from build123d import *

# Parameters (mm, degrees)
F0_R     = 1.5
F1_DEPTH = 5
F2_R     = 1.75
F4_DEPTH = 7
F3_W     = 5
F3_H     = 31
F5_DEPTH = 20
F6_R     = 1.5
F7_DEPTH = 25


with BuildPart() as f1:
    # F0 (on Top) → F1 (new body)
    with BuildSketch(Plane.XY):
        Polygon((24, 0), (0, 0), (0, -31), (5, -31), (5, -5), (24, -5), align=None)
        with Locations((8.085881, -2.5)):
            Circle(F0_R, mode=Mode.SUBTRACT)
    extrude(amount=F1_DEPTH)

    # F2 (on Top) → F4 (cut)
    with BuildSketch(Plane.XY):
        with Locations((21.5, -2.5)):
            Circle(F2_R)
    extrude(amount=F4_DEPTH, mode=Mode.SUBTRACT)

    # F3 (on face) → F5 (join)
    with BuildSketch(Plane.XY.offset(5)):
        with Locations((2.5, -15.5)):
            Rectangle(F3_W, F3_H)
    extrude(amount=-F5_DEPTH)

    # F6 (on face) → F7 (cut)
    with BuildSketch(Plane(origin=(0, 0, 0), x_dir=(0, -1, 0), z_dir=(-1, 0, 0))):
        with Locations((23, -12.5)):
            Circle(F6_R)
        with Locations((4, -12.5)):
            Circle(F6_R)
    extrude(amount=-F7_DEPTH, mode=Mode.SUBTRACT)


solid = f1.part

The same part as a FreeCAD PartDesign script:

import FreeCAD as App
import Part
import Sketcher
from FreeCAD import Vector
Q = App.Units.Quantity


def add_polygon(sketch, points):
    """Adds a closed chain of lines whose ends are joined by coincident constraints."""
    first, n = sketch.GeometryCount, len(points)
    for a, b in zip(points, points[1:] + points[:1]):
        sketch.addGeometry(Part.LineSegment(App.Vector(*a, 0), App.Vector(*b, 0)), False)
    for i in range(n):
        sketch.addConstraint(Sketcher.Constraint("Coincident", first + i, 2, first + (i + 1) % n, 1))

doc = App.newDocument("Part")
body = doc.addObject("PartDesign::Body", "Body")

sketch1 = doc.addObject("Sketcher::SketchObject", "Sketch")
body.addObject(sketch1)
sketch1.AttachmentSupport = (doc.XY_Plane, [""])
sketch1.MapMode = "FlatFace"
add_polygon(sketch1, [(24, 0), (0, 0), (0, -31), (5, -31), (5, -5), (24, -5)])
sketch1.addGeometry(Part.Circle(Vector(8.1, -2.5, 0), Vector(0, 0, 1), 1.5), False)
sketch1.addConstraint([
    Sketcher.Constraint("Horizontal", 0),
    Sketcher.Constraint("Vertical", 1),
    Sketcher.Constraint("Horizontal", 2),
    Sketcher.Constraint("Vertical", 3),
    Sketcher.Constraint("Horizontal", 4),
    Sketcher.Constraint("Vertical", 5),
    Sketcher.Constraint("Coincident", 0, 2, -1, 1),
    Sketcher.Constraint("Equal", 2, 5),
    Sketcher.Constraint("Diameter", 6, Q("3 mm")),
    Sketcher.Constraint("DistanceX", 0, 2, 0, 1, Q("24 mm")),
    Sketcher.Constraint("DistanceX", 2, 1, 2, 2, Q("5 mm")),
    Sketcher.Constraint("DistanceY", 1, 2, 1, 1, Q("31 mm")),
    Sketcher.Constraint("DistanceY", 6, 3, -1, 1, Q("2.5 mm")),
    Sketcher.Constraint("DistanceX", -1, 1, 6, 3, Q("8.085881 mm")),
])
pad1 = doc.addObject("PartDesign::Pad", "Pad")
body.addObject(pad1)
pad1.Profile = sketch1
pad1.Length = 5

sketch2 = doc.addObject("Sketcher::SketchObject", "Sketch001")
body.addObject(sketch2)
sketch2.AttachmentSupport = (doc.XY_Plane, [""])
sketch2.MapMode = "FlatFace"
sketch2.addGeometry(Part.Circle(Vector(21.5, -2.5, 0), Vector(0, 0, 1), 1.8), False)
sketch2.addConstraint([
    Sketcher.Constraint("Diameter", 0, Q("3.5 mm")),
    Sketcher.Constraint("DistanceX", -1, 1, 0, 3, Q("21.5 mm")),
    Sketcher.Constraint("DistanceY", 0, 3, -1, 1, Q("2.5 mm")),
])
pocket1 = doc.addObject("PartDesign::Pocket", "Pocket")
body.addObject(pocket1)
pocket1.Profile = sketch2
pocket1.Length = 7
pocket1.Reversed = True

sketch3 = doc.addObject("Sketcher::SketchObject", "Sketch002")
body.addObject(sketch3)
sketch3.AttachmentSupport = (doc.XY_Plane, [""])
sketch3.MapMode = "FlatFace"
sketch3.AttachmentOffset = App.Placement(Vector(0, 0, 5), App.Rotation())
add_polygon(sketch3, [(0, 0), (0, -31), (5, -31), (5, 0)])
sketch3.addConstraint([
    Sketcher.Constraint("Vertical", 0),
    Sketcher.Constraint("Horizontal", 1),
    Sketcher.Constraint("Vertical", 2),
    Sketcher.Constraint("Horizontal", 3),
    Sketcher.Constraint("Coincident", 3, 2, -1, 1),
    Sketcher.Constraint("DistanceX", 1, 1, 1, 2, Q("5 mm")),
    Sketcher.Constraint("DistanceY", 0, 2, 0, 1, Q("31 mm")),
])
pad2 = doc.addObject("PartDesign::Pad", "Pad001")
body.addObject(pad2)
pad2.Profile = sketch3
pad2.Length = 20
pad2.Reversed = True

sketch4 = doc.addObject("Sketcher::SketchObject", "Sketch003")
body.addObject(sketch4)
sketch4.AttachmentSupport = (doc.YZ_Plane, [""])
sketch4.MapMode = "FlatFace"
sketch4.addGeometry([
    Part.Circle(Vector(-23, -12.5, 0), Vector(0, 0, 1), 1.5),
    Part.Circle(Vector(-4, -12.5, 0), Vector(0, 0, 1), 1.5),
], False)
sketch4.addConstraint([
    Sketcher.Constraint("Equal", 0, 1),
    Sketcher.Constraint("Horizontal", 0, 3, 1, 3),
    Sketcher.Constraint("Diameter", 0, Q("3 mm")),
    Sketcher.Constraint("DistanceX", 0, 3, -1, 1, Q("23 mm")),
    Sketcher.Constraint("DistanceX", 1, 3, -1, 1, Q("4 mm")),
    Sketcher.Constraint("DistanceY", 0, 3, -1, 1, Q("12.5 mm")),
])
pocket2 = doc.addObject("PartDesign::Pocket", "Pocket001")
body.addObject(pocket2)
pocket2.Profile = sketch4
pocket2.Length = 25
pocket2.Reversed = True

doc.recompute()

------------------------

- What you are asked to do: Once you have found every line in the listing that holds the string "with", copy each of them.

- Response to this task:
with BuildPart() as f1:
    with BuildSketch(Plane.XY):
        with Locations((8.085881, -2.5)):
    with BuildSketch(Plane.XY):
        with Locations((21.5, -2.5)):
    with BuildSketch(Plane.XY.offset(5)):
        with Locations((2.5, -15.5)):
    with BuildSketch(Plane(origin=(0, 0, 0), x_dir=(0, -1, 0), z_dir=(-1, 0, 0))):
        with Locations((23, -12.5)):
        with Locations((4, -12.5)):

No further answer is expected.